Second, the law applies extraterritorially. A company outside Washington that collects covered data about Washington residents is in scope. The “doing business in Washington” question that limits some other state laws does not similarly limit MHMDA. If your platform has Washington users, you are inside the law.
Third, the obligations are not the same lightweight checklist that other state laws can be satisfied with. The most demanding requirement is the geofence prohibition: it is unlawful to implement a geofence around any in-person healthcare facility for the purpose of identifying or tracking consumers seeking healthcare services or for the purpose of advertising or marketing to them. That provision sits outside the consent regime; consent does not authorize it. The data sale and sharing prohibitions require valid authorizations, and the authorization standards are stricter than ordinary consent. The private right of action attached to the law makes plaintiff-side litigation a real factor, not a theoretical one.
For wellness operators outside Washington, the practical implications are concrete.

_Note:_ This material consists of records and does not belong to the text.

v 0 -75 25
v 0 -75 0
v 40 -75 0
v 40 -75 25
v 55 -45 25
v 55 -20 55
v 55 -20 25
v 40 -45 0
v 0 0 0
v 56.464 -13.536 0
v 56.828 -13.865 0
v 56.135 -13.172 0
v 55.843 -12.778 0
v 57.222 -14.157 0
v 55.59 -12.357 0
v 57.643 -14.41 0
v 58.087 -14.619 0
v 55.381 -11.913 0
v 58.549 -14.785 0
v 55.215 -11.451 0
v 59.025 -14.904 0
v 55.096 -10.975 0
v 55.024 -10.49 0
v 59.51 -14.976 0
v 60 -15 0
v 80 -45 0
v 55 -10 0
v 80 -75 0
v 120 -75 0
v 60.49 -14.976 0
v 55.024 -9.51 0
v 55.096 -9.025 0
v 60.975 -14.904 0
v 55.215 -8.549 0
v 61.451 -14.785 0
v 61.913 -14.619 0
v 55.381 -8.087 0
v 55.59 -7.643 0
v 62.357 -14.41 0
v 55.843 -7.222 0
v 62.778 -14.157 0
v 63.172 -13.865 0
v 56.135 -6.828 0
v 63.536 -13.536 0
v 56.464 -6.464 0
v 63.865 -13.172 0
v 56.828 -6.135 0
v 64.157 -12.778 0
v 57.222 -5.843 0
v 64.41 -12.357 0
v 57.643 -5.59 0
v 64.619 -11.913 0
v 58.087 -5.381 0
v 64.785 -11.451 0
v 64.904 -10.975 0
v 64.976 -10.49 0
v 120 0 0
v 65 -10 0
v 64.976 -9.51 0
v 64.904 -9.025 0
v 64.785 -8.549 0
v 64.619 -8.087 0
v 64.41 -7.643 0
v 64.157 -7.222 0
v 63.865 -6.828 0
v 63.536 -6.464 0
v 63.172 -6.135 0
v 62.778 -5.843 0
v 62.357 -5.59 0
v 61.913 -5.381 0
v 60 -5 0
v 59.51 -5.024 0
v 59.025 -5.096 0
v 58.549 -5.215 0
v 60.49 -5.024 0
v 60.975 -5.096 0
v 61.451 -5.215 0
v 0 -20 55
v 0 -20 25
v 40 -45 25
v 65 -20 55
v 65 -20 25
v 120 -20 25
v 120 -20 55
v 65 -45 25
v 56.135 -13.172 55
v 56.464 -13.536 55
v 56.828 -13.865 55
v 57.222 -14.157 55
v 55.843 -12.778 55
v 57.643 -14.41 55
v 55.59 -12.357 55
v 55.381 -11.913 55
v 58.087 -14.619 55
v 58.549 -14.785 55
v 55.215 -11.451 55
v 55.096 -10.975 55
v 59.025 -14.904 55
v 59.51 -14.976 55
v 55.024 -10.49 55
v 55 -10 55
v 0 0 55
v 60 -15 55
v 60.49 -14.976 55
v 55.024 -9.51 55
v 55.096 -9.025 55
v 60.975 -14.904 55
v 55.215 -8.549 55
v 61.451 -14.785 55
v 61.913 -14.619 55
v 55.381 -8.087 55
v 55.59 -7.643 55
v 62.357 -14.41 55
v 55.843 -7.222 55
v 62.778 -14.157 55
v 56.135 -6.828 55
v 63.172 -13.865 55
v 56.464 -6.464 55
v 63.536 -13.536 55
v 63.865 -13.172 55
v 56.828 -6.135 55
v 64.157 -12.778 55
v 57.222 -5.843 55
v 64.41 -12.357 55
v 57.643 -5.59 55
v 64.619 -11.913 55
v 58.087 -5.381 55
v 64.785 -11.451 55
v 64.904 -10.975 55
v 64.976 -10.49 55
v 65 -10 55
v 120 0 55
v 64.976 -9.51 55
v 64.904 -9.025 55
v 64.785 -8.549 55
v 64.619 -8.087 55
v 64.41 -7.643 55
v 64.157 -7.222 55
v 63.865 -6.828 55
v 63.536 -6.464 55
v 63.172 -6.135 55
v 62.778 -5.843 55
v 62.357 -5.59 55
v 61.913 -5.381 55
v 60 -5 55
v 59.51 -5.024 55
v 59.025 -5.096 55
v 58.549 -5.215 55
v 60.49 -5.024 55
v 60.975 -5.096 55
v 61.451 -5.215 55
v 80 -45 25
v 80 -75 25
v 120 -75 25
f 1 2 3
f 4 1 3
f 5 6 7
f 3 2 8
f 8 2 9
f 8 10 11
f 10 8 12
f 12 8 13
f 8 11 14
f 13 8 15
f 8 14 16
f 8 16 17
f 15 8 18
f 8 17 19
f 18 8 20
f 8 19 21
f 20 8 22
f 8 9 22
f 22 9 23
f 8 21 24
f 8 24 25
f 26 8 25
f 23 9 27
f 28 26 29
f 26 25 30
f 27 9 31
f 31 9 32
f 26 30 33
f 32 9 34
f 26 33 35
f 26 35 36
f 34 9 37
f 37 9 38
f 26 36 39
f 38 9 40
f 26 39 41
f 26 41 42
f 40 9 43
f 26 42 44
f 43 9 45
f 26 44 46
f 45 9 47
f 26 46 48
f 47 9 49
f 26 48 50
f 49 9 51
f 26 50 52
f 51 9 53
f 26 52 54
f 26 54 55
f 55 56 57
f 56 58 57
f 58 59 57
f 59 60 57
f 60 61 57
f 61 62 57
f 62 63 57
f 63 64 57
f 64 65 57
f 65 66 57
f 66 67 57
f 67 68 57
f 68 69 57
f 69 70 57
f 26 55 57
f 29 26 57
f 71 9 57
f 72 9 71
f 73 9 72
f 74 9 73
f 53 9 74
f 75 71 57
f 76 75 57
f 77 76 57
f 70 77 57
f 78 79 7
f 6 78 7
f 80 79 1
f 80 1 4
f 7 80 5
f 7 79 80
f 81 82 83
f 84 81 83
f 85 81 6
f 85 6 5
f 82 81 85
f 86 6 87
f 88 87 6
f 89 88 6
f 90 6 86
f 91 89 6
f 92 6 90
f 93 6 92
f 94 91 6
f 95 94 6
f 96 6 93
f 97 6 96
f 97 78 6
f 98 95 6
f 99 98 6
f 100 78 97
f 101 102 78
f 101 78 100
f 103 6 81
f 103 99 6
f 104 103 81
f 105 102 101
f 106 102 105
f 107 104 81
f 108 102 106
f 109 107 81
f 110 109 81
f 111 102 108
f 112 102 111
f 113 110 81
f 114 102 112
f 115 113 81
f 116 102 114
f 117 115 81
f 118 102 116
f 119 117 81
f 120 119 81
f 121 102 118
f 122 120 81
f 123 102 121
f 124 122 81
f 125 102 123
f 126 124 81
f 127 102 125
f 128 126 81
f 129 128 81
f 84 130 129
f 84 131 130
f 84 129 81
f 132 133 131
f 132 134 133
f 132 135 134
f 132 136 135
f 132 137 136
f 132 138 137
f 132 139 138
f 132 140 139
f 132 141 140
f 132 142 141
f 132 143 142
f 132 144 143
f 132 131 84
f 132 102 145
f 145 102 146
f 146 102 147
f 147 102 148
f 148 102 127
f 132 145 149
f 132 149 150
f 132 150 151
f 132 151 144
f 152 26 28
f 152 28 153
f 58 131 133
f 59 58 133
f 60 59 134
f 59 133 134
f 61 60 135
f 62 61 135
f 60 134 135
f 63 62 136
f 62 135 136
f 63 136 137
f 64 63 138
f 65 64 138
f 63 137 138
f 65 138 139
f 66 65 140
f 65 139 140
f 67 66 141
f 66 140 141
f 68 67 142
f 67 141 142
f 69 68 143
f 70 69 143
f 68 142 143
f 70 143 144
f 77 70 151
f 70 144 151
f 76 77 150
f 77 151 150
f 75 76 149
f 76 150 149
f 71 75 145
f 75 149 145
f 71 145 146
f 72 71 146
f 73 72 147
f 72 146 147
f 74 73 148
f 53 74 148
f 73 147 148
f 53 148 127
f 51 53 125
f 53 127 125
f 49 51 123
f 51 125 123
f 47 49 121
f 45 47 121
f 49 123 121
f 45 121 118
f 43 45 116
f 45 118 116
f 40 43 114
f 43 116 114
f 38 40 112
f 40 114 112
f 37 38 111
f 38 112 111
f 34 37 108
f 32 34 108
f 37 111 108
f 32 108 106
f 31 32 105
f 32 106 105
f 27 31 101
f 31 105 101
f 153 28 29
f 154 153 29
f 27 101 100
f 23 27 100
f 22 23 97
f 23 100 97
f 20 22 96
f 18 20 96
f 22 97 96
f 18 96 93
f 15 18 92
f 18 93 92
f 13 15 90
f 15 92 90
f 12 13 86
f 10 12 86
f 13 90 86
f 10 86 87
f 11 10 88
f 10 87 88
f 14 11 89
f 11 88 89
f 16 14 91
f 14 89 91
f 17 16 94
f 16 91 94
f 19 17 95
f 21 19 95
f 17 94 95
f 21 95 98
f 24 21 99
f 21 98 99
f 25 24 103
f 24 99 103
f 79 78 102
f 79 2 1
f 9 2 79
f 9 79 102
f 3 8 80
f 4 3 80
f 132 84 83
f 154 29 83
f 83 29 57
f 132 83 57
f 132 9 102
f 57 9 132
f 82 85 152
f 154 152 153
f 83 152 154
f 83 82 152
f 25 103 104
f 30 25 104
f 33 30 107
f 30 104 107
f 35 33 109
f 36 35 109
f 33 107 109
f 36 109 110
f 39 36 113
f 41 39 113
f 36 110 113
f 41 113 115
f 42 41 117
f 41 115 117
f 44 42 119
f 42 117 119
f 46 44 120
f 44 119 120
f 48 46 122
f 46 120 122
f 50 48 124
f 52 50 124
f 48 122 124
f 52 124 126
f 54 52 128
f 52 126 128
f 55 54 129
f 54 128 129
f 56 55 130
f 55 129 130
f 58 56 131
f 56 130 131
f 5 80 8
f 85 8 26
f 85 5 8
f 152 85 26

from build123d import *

# Parameters (mm, degrees)
SKETCH_1_W          = 120
SKETCH_1_H          = 75
EXTRUDE_1_DEPTH     = 25
SKETCH_2_W          = 40
SKETCH_2_H          = 25
CUT_EXTRUDE_1_DEPTH = 30
SKETCH_3_W          = 120
SKETCH_3_H          = 20
EXTRUDE_2_DEPTH     = 30
EXTRUDE_START       = -55
EXTRUDE_3_DEPTH     = 10
CUT_EXTRUDE_2_DEPTH = 152.822264507


with BuildPart() as part:
    # Эскиз1 → Бобышка-Вытянуть1 (new body)
    with BuildSketch(Plane.XY):
        with Locations((60, -37.5)):
            Rectangle(SKETCH_1_W, SKETCH_1_H)
    extrude(amount=EXTRUDE_1_DEPTH)

    # Эскиз2 → Вырез-Вытянуть1 (cut)
    with BuildSketch(Plane.XZ.offset(75)):
        with Locations((60, 12.5)):
            Rectangle(SKETCH_2_W, SKETCH_2_H)
    extrude(amount=-CUT_EXTRUDE_1_DEPTH, mode=Mode.SUBTRACT)

    # Эскиз3 → Бобышка-Вытянуть2 (add)
    with BuildSketch(Plane.XY.offset(25)):
        with Locations((60, -10)):
            Rectangle(SKETCH_3_W, SKETCH_3_H)
    extrude(amount=EXTRUDE_2_DEPTH)

    # Эскиз5 → Бобышка-Вытянуть3 (add)
    with BuildSketch(Plane(origin=(120, 0, 0), x_dir=(0, 0, -1), z_dir=(1, 0, 0)).offset(EXTRUDE_START)):
        Polygon((-55, -20), (-25, -45), (-25, -20), align=None)
    extrude(amount=-EXTRUDE_3_DEPTH)

    # Эскиз6 → Вырез-Вытянуть2 (cut, through all)
    with BuildSketch(Plane.XY.offset(55)):
        with BuildLine():
            ThreePointArc((55, -10), (56.464466094, -13.535533906), (60, -15))
            Line((60, -15), (60, -10))
            Line((60, -10), (55, -10))
        make_face()
        with BuildLine():
            Line((60, -10), (60, -15))
            ThreePointArc((60, -15), (63.535533906, -13.535533906), (65, -10))
            Line((65, -10), (60, -10))
        make_face()
        with BuildLine():
            Line((55, -10), (60, -10))
            Line((60, -10), (60, -5))
            ThreePointArc((60, -5), (56.464466094, -6.464466094), (55, -10))
        make_face()
        with BuildLine():
            Line((60, -5), (60, -10))
            Line((60, -10), (65, -10))
            ThreePointArc((65, -10), (63.535533906, -6.464466094), (60, -5))
        make_face()
    extrude(amount=-CUT_EXTRUDE_2_DEPTH, mode=Mode.SUBTRACT)


solid = part.part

If your product collects, infers, or shares data that touches mental health, reproductive health, fertility, gender-affirming care, biometrics, or precise location, your data flows are within scope as soon as a Washington resident interacts with the product. Geofences around healthcare facilities should be eliminated entirely as a marketing technique. Authorizations for selling or sharing covered data need to meet the law’s specific standards, which include separate, clear consent and a specified purpose. Data minimization, which is sound practice generally, becomes a defensive necessity here.
The temptation to read the law as a Washington-specific compliance question is the most common mistake. The law’s effect is national whenever a national platform has Washington users, which is most national platforms. Reading the law in 2026 with that scope in mind is the starting point for getting the obligations right.